(WHAT THE EXERCISE ASKS): Reproduce precisely the lines of the listing below, starting with the line that contains "#317=ORIENTED_EDGE('',*,*,#316,.F.);" and stopping after the line that contains "#330=EDGE_CURVE('',#145,#189,#329,.T.);"; include nothing else.

(EXCERPTED DATA):
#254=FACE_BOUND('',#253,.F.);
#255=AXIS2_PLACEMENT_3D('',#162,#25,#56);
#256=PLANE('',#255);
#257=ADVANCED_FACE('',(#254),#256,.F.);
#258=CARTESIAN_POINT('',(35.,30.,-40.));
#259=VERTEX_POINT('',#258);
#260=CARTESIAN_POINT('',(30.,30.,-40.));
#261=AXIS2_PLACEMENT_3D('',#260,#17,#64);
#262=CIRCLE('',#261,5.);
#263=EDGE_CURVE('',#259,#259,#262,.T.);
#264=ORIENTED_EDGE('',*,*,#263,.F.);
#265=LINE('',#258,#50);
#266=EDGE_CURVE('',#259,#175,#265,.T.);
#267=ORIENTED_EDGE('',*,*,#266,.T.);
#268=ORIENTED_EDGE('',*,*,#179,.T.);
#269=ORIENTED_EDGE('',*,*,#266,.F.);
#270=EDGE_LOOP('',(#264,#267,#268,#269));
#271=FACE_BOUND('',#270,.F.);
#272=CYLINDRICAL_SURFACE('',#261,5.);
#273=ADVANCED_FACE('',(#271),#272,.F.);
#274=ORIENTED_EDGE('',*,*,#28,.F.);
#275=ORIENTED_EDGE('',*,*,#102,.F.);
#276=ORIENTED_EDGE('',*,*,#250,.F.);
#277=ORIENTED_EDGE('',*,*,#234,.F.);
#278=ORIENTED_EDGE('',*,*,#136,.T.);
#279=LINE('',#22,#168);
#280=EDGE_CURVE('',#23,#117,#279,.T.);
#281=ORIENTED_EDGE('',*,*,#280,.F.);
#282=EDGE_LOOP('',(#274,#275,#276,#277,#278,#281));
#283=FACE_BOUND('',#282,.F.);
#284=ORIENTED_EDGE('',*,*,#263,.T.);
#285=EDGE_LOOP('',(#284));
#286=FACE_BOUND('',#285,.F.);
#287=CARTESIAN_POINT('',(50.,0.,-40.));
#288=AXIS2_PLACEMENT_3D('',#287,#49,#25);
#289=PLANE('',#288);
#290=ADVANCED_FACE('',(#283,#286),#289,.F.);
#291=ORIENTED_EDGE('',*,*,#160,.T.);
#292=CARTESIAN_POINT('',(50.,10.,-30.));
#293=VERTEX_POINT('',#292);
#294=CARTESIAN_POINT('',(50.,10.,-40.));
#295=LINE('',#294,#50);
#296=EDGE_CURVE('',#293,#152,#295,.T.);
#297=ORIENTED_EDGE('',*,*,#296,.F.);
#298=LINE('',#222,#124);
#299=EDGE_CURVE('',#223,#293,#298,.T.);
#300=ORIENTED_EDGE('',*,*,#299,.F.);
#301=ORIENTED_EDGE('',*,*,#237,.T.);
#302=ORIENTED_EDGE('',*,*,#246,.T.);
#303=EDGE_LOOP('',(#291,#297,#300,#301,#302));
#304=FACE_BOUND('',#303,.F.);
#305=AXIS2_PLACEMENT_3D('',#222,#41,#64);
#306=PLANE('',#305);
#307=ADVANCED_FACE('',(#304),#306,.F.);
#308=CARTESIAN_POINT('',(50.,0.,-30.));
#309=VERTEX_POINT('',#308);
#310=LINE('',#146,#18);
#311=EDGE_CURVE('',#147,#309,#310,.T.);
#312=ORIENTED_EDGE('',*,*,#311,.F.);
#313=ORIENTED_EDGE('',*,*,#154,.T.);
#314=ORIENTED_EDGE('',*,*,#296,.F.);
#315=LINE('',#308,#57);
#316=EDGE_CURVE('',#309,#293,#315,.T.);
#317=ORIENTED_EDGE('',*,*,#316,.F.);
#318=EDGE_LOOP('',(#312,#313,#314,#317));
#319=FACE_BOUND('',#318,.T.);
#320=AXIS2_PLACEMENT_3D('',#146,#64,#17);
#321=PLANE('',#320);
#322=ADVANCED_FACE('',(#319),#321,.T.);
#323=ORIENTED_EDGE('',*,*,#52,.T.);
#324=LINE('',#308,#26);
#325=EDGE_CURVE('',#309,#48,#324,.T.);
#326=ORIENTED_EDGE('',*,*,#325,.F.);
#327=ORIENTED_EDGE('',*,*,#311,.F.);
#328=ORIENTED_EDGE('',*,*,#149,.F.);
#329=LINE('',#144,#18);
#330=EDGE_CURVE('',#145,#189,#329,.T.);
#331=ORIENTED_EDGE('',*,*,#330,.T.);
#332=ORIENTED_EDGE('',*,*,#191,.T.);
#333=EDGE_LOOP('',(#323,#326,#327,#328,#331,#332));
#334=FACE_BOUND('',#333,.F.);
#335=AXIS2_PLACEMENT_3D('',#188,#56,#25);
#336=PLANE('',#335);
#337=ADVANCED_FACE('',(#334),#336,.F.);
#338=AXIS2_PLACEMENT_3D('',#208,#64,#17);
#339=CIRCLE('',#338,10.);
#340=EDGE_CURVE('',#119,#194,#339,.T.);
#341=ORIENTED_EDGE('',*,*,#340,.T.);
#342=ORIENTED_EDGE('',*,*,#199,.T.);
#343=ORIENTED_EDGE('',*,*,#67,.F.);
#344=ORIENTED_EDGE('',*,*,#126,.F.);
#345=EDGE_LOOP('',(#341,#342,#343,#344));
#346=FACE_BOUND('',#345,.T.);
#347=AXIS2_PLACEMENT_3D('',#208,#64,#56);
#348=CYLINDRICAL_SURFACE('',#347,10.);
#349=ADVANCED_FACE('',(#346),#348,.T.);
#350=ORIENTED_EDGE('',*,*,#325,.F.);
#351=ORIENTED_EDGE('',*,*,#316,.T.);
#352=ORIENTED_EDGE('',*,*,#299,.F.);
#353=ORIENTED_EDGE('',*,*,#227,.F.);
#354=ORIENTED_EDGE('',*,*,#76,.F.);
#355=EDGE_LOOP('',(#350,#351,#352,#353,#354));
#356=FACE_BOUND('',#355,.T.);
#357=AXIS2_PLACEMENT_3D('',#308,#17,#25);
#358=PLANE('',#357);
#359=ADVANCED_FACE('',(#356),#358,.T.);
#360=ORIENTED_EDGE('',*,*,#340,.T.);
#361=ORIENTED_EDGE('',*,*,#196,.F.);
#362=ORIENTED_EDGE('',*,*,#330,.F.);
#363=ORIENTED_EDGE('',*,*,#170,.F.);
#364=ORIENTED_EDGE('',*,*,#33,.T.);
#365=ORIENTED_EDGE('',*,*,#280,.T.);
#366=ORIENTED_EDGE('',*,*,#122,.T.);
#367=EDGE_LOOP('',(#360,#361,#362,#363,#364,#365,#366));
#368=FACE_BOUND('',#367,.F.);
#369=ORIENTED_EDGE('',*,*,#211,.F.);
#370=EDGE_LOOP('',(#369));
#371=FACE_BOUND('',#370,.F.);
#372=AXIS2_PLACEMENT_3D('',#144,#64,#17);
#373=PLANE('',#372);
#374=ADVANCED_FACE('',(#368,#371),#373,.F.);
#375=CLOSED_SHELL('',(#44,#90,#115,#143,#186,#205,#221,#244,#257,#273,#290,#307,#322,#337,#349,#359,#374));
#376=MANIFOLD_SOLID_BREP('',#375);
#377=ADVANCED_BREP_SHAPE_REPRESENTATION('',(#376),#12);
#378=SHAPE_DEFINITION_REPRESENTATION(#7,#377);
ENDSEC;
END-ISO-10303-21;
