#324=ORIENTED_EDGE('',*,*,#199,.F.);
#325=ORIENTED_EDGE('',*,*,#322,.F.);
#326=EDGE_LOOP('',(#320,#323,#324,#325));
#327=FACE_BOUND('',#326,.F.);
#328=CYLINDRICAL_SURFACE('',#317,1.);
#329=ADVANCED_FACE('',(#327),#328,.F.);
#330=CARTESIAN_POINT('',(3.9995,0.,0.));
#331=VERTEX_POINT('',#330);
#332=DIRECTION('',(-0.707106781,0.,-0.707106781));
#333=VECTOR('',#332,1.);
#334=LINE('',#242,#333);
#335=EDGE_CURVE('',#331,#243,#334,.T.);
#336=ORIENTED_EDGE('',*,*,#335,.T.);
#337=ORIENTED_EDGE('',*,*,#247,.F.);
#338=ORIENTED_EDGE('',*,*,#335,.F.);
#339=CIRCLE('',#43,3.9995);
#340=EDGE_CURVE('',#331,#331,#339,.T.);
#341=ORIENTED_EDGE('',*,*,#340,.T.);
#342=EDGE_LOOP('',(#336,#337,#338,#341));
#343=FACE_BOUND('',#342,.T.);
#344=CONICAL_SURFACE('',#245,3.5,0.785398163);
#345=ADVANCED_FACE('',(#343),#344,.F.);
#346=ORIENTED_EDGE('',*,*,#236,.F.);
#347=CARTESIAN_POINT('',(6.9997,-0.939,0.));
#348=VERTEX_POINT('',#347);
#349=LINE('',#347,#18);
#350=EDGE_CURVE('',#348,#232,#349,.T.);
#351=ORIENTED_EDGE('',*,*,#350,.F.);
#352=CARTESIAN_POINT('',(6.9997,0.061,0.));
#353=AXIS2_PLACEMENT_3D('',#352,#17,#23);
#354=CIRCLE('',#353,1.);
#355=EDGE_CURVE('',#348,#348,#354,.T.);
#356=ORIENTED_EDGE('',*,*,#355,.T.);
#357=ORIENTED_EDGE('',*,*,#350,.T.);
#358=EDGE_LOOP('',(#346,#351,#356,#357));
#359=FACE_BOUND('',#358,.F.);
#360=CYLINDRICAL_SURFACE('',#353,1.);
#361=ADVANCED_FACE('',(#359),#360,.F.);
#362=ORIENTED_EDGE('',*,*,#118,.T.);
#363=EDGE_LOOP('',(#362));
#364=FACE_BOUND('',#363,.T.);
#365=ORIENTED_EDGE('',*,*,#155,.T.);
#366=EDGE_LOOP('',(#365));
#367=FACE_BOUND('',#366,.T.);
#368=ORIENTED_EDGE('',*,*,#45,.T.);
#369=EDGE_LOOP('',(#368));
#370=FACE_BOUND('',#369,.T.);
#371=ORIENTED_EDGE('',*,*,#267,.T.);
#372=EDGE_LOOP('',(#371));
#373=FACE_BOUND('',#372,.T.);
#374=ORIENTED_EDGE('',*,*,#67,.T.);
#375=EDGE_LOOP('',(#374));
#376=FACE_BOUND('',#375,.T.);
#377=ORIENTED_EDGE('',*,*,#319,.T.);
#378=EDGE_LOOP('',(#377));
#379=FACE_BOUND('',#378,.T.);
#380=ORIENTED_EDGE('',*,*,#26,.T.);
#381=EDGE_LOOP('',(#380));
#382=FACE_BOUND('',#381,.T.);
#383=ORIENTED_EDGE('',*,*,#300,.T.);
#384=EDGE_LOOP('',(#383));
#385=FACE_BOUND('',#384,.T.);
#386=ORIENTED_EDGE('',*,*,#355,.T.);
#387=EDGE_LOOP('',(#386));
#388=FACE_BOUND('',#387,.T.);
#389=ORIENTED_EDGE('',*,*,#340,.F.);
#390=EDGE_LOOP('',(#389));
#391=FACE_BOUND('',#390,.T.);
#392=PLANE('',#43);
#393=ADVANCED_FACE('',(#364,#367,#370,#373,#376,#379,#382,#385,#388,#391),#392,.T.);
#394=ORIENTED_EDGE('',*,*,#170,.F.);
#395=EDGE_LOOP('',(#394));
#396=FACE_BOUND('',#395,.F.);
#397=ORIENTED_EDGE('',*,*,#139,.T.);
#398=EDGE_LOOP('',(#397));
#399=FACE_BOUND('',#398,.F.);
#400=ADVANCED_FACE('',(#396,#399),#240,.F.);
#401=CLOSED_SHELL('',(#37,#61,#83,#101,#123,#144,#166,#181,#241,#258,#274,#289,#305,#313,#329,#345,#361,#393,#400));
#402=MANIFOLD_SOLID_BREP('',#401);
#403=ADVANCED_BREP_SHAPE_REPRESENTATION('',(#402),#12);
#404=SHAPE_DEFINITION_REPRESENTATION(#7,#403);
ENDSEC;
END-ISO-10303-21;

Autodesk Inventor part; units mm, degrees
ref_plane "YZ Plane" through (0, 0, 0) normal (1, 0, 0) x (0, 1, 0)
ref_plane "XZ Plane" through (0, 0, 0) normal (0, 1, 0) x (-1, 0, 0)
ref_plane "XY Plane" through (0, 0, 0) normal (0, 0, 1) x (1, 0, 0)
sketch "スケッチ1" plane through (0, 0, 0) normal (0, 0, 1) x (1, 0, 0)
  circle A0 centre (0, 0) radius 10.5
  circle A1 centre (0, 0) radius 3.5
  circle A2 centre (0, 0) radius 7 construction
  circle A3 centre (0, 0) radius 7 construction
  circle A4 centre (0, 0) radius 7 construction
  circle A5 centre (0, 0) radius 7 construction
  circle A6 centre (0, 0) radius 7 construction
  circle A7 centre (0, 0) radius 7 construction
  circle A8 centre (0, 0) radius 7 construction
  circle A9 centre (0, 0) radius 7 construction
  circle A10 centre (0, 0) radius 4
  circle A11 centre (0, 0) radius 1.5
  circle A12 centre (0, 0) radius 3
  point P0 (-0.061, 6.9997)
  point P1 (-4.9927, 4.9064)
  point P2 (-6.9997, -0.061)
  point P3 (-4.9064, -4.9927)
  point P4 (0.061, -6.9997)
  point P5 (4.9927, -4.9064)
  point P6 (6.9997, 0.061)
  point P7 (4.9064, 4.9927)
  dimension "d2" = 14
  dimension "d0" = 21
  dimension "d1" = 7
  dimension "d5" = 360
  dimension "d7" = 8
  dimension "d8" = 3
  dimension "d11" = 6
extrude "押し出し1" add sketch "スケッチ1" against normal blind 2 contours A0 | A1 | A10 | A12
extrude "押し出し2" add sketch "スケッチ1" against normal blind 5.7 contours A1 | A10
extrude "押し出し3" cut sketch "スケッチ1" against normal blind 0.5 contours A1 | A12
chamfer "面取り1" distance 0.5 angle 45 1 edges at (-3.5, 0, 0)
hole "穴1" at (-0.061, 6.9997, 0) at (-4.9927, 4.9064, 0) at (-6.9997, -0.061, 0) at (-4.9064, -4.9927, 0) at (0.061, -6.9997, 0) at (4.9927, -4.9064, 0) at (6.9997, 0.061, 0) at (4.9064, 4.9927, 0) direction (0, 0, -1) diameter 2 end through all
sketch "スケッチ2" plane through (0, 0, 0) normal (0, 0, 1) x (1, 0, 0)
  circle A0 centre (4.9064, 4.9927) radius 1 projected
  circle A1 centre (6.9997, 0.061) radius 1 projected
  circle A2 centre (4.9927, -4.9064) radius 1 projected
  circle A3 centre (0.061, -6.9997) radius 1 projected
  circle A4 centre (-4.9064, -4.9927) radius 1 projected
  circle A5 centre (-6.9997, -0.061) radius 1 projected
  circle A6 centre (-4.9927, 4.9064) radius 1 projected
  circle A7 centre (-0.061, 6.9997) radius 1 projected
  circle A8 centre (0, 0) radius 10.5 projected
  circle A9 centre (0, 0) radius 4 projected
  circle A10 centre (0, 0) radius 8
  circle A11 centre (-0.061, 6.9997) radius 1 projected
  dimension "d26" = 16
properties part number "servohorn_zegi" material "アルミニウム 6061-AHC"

(OUTPUT BELOW):
#317=ORIENTED_EDGE('',*,*,#316,.F.);
#318=EDGE_LOOP('',(#312,#313,#314,#317));
#319=FACE_BOUND('',#318,.T.);
#320=AXIS2_PLACEMENT_3D('',#146,#64,#17);
#321=PLANE('',#320);
#322=ADVANCED_FACE('',(#319),#321,.T.);
#323=ORIENTED_EDGE('',*,*,#52,.T.);
#324=LINE('',#308,#26);
#325=EDGE_CURVE('',#309,#48,#324,.T.);
#326=ORIENTED_EDGE('',*,*,#325,.F.);
#327=ORIENTED_EDGE('',*,*,#311,.F.);
#328=ORIENTED_EDGE('',*,*,#149,.F.);
#329=LINE('',#144,#18);
#330=EDGE_CURVE('',#145,#189,#329,.T.);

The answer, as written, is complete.